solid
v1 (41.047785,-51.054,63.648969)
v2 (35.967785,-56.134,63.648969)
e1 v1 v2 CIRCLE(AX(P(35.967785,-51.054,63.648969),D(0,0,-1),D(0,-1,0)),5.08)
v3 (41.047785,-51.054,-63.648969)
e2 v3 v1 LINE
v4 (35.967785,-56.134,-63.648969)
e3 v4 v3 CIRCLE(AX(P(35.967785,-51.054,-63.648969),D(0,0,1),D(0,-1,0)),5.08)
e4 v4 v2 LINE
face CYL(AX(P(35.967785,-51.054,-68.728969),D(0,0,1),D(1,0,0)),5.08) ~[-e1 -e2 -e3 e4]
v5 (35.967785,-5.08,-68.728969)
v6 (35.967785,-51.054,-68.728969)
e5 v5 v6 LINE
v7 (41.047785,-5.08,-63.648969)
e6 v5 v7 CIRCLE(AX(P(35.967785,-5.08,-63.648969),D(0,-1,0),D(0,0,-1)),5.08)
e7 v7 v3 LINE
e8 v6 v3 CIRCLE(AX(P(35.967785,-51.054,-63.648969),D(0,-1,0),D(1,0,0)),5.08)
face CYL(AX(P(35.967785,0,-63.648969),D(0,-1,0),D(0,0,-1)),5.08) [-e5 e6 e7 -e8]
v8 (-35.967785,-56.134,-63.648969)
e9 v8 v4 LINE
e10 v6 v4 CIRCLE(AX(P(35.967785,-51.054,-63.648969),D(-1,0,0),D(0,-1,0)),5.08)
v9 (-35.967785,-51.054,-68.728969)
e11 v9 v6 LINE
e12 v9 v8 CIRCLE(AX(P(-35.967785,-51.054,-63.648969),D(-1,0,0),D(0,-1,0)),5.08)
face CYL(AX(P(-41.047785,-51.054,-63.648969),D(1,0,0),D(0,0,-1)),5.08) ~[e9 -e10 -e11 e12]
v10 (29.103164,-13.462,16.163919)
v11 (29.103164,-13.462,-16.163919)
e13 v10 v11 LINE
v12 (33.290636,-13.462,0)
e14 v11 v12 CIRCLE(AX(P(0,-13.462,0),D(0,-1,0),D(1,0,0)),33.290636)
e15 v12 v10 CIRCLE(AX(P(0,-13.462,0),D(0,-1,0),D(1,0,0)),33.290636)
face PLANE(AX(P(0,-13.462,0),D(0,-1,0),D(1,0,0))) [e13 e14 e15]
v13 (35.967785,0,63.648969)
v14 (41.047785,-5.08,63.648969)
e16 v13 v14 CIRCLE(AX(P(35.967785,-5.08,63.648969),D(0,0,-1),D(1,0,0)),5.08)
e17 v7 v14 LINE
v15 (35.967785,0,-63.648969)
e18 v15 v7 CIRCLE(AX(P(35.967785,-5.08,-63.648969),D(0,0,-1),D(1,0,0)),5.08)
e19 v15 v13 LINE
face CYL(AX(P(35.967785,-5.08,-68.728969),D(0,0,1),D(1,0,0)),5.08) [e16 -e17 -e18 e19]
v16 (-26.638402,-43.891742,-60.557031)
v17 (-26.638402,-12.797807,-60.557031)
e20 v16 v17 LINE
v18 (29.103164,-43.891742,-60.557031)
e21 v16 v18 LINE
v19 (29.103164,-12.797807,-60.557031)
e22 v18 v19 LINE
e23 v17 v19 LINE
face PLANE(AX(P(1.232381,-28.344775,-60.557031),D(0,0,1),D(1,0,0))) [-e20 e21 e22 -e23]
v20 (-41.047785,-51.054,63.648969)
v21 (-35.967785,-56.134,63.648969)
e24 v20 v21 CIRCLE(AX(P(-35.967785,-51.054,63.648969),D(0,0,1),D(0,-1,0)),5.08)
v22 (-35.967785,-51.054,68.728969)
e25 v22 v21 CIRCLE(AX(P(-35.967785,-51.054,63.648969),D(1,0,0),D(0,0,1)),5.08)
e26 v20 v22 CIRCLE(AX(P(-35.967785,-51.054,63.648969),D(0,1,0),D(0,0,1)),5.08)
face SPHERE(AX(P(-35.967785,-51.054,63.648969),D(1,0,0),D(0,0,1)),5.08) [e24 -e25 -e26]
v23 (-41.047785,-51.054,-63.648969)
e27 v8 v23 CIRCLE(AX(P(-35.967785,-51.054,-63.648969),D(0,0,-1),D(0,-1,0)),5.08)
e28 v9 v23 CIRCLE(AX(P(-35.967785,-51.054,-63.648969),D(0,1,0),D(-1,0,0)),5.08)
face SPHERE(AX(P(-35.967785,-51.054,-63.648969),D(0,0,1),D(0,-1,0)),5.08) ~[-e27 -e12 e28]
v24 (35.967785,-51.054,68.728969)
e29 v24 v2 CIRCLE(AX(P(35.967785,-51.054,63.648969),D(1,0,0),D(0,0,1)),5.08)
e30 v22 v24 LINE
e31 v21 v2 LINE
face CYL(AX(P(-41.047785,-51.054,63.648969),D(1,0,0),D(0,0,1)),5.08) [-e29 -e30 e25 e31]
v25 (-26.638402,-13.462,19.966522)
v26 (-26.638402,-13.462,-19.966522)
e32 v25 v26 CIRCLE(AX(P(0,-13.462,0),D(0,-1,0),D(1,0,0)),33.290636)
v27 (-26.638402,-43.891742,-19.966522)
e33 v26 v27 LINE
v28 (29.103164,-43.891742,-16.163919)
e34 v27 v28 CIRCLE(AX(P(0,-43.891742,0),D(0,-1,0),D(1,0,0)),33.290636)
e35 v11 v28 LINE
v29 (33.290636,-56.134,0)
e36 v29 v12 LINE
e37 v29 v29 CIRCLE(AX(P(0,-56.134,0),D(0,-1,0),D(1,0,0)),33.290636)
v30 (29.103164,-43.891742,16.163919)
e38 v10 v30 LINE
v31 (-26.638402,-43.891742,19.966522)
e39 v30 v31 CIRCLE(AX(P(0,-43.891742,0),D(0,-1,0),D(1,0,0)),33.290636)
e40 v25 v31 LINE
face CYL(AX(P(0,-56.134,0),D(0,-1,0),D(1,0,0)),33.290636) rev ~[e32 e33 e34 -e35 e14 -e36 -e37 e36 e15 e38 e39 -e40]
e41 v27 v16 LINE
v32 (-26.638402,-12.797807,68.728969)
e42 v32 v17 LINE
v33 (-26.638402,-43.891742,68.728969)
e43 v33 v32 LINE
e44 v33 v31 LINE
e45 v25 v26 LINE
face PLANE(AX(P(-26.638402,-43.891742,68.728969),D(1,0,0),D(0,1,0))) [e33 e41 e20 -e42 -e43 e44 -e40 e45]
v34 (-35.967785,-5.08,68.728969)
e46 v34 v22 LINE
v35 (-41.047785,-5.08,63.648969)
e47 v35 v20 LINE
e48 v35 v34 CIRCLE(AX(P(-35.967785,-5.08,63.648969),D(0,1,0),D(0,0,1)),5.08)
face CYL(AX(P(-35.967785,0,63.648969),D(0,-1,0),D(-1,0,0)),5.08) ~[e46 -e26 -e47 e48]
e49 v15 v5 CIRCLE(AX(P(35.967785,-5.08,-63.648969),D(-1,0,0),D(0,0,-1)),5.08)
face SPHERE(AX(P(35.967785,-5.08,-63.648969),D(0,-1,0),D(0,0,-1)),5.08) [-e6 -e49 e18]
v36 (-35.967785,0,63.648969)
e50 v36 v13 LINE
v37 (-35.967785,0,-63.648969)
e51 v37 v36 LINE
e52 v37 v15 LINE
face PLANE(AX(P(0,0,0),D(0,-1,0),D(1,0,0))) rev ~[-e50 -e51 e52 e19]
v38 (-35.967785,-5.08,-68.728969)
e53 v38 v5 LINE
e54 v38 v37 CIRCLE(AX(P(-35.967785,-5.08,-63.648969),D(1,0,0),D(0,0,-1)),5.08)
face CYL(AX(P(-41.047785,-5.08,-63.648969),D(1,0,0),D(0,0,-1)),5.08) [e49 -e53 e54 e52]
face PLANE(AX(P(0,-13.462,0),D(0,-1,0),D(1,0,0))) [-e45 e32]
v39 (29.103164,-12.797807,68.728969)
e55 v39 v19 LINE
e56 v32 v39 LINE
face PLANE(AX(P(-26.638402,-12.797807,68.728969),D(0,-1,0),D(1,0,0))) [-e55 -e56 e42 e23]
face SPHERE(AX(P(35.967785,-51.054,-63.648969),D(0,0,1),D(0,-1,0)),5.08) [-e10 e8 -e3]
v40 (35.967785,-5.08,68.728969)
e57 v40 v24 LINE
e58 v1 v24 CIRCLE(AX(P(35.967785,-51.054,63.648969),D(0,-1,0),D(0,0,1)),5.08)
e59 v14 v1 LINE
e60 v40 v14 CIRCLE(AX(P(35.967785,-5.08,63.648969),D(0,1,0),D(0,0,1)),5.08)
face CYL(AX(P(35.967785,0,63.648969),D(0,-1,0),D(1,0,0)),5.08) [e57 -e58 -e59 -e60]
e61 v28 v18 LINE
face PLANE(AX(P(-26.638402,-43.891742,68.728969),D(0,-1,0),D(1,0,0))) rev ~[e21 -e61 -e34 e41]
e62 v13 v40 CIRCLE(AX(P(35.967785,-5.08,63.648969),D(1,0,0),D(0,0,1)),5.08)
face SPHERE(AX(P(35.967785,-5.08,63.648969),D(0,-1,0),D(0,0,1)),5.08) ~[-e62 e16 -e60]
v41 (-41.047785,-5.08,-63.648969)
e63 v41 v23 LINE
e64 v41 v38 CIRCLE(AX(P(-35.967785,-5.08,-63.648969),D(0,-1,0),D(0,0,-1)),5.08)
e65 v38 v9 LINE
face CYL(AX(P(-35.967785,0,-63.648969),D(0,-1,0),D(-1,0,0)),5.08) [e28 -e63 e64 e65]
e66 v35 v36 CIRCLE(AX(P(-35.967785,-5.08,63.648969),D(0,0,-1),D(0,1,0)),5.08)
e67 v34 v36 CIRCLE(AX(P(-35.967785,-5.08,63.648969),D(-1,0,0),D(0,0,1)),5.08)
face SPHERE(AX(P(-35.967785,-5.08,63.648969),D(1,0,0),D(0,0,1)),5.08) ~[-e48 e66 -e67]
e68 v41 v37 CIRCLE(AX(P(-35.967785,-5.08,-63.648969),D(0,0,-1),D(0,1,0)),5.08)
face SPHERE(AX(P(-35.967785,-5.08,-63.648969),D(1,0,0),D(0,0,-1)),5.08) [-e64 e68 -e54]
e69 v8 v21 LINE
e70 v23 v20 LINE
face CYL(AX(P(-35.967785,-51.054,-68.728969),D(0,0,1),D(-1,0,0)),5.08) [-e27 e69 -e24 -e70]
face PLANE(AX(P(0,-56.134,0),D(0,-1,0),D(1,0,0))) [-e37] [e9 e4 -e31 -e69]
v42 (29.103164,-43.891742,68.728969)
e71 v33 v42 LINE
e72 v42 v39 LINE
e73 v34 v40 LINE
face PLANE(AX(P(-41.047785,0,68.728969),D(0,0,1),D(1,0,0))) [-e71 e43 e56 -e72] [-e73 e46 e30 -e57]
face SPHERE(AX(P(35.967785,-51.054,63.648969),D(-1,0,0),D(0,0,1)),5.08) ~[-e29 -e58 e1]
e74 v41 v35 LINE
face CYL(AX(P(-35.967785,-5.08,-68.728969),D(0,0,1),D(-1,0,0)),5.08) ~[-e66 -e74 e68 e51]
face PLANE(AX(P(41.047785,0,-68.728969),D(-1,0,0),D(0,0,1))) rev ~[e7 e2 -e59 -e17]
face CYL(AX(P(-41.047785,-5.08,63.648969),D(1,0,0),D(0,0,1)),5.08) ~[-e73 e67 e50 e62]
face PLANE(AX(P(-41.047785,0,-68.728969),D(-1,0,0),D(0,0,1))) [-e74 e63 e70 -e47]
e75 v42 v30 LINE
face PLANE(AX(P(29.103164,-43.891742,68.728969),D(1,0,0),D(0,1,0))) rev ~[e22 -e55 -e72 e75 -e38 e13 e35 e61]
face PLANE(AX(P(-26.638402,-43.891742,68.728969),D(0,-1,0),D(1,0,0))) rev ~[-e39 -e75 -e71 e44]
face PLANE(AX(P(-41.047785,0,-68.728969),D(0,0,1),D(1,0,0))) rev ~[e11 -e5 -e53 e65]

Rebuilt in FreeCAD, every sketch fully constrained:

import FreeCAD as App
import Part
import Sketcher
Q = App.Units.Quantity

doc = App.newDocument("Part")
body = doc.addObject("PartDesign::Body", "Body")

# Sketch on XZ plane
sketch1 = doc.addObject("Sketcher::SketchObject", "Sketch")
body.addObject(sketch1)
sketch1.AttachmentSupport = (doc.XZ_Plane, [""])
sketch1.MapMode = "FlatFace"
sketch1.addGeometry([
    Part.LineSegment(App.Vector(-41, 69, 0), App.Vector(-41, -69, 0)),
    Part.LineSegment(App.Vector(-41, -69, 0), App.Vector(41, -69, 0)),
    Part.LineSegment(App.Vector(41, -69, 0), App.Vector(41, 69, 0)),
    Part.LineSegment(App.Vector(41, 69, 0), App.Vector(-41, 69, 0)),
], False)
sketch1.addConstraint([
    Sketcher.Constraint("Coincident", 0, 2, 1, 1),
    Sketcher.Constraint("Coincident", 1, 2, 2, 1),
    Sketcher.Constraint("Coincident", 2, 2, 3, 1),
    Sketcher.Constraint("Coincident", 3, 2, 0, 1),
    Sketcher.Constraint("Vertical", 0),
    Sketcher.Constraint("Horizontal", 1),
    Sketcher.Constraint("Vertical", 2),
    Sketcher.Constraint("Horizontal", 3),
    Sketcher.Constraint("Symmetric", 0, 2, 2, 2, -1, 1),
    Sketcher.Constraint("DistanceX", 1, 1, 1, 2, 82.09557),
    Sketcher.Constraint("DistanceY", 0, 2, 0, 1, 137.457938),
])
pad1 = doc.addObject("PartDesign::Pad", "Pad")
body.addObject(pad1)
pad1.Profile = sketch1
pad1.Length = Q("2.21 in")
doc.recompute()

fillet = doc.addObject("PartDesign::Fillet", "Fillet")
body.addObject(fillet)
fillet.Base = (pad1, ["Edge1"])
fillet.UseAllEdges = True
fillet.Radius = Q("0.2 in")

# Sketch on XY plane
sketch2 = doc.addObject("Sketcher::SketchObject", "Sketch001")
body.addObject(sketch2)
sketch2.AttachmentSupport = (doc.XY_Plane, [""])
sketch2.MapMode = "FlatFace"
sketch2.AttachmentOffset = App.Placement(App.Vector(0, 0, 68.728969), App.Rotation())
sketch2.addGeometry([
    Part.LineSegment(App.Vector(-27, -13, 0), App.Vector(-27, -44, 0)),
    Part.LineSegment(App.Vector(-27, -44, 0), App.Vector(29, -44, 0)),
    Part.LineSegment(App.Vector(29, -44, 0), App.Vector(29, -13, 0)),
    Part.LineSegment(App.Vector(29, -13, 0), App.Vector(-27, -13, 0)),
], False)
sketch2.addConstraint([
    Sketcher.Constraint("Coincident", 0, 2, 1, 1),
    Sketcher.Constraint("Coincident", 1, 2, 2, 1),
    Sketcher.Constraint("Coincident", 2, 2, 3, 1),
    Sketcher.Constraint("Coincident", 3, 2, 0, 1),
    Sketcher.Constraint("Vertical", 0),
    Sketcher.Constraint("Horizontal", 1),
    Sketcher.Constraint("Vertical", 2),
    Sketcher.Constraint("Horizontal", 3),
    Sketcher.Constraint("DistanceX", 0, 2, -1, 1, 26.638402),
    Sketcher.Constraint("DistanceX", 1, 1, 1, 2, 55.741566),
    Sketcher.Constraint("DistanceY", 0, 2, 0, 1, 31.093935),
    Sketcher.Constraint("DistanceY", 0, 2, -1, 1, 43.891742),
])
pocket1 = doc.addObject("PartDesign::Pocket", "Pocket")
body.addObject(pocket1)
pocket1.Profile = sketch2
pocket1.Length = Q("5.09 in")

# Sketch on XZ plane
sketch3 = doc.addObject("Sketcher::SketchObject", "Sketch002")
body.addObject(sketch3)
sketch3.AttachmentSupport = (doc.XZ_Plane, [""])
sketch3.MapMode = "FlatFace"
sketch3.AttachmentOffset = App.Placement(App.Vector(0, 0, 2.21 * 25.4), App.Rotation())
sketch3.addGeometry(Part.Circle(App.Vector(0, 0, 0), App.Vector(0, 0, 1), 33), False)
sketch3.addConstraint([
    Sketcher.Constraint("Coincident", 0, 3, -1, 1),
    Sketcher.Constraint("Diameter", 0, 66.581272),
])
pocket2 = doc.addObject("PartDesign::Pocket", "Pocket001")
body.addObject(pocket2)
pocket2.Profile = sketch3
pocket2.Length = Q("1.68 in")

doc.recompute()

**HOW TO COMPLETE THIS TASK:**
Would you print exactly the lines from the first line of the entries above through the line that has "e11 v9 v6 LINE", both included, and stop there?

**SOLUTION TO THIS PROBLEM:**
solid
v1 (41.047785,-51.054,63.648969)
v2 (35.967785,-56.134,63.648969)
e1 v1 v2 CIRCLE(AX(P(35.967785,-51.054,63.648969),D(0,0,-1),D(0,-1,0)),5.08)
v3 (41.047785,-51.054,-63.648969)
e2 v3 v1 LINE
v4 (35.967785,-56.134,-63.648969)
e3 v4 v3 CIRCLE(AX(P(35.967785,-51.054,-63.648969),D(0,0,1),D(0,-1,0)),5.08)
e4 v4 v2 LINE
face CYL(AX(P(35.967785,-51.054,-68.728969),D(0,0,1),D(1,0,0)),5.08) ~[-e1 -e2 -e3 e4]
v5 (35.967785,-5.08,-68.728969)
v6 (35.967785,-51.054,-68.728969)
e5 v5 v6 LINE
v7 (41.047785,-5.08,-63.648969)
e6 v5 v7 CIRCLE(AX(P(35.967785,-5.08,-63.648969),D(0,-1,0),D(0,0,-1)),5.08)
e7 v7 v3 LINE
e8 v6 v3 CIRCLE(AX(P(35.967785,-51.054,-63.648969),D(0,-1,0),D(1,0,0)),5.08)
face CYL(AX(P(35.967785,0,-63.648969),D(0,-1,0),D(0,0,-1)),5.08) [-e5 e6 e7 -e8]
v8 (-35.967785,-56.134,-63.648969)
e9 v8 v4 LINE
e10 v6 v4 CIRCLE(AX(P(35.967785,-51.054,-63.648969),D(-1,0,0),D(0,-1,0)),5.08)
v9 (-35.967785,-51.054,-68.728969)
e11 v9 v6 LINE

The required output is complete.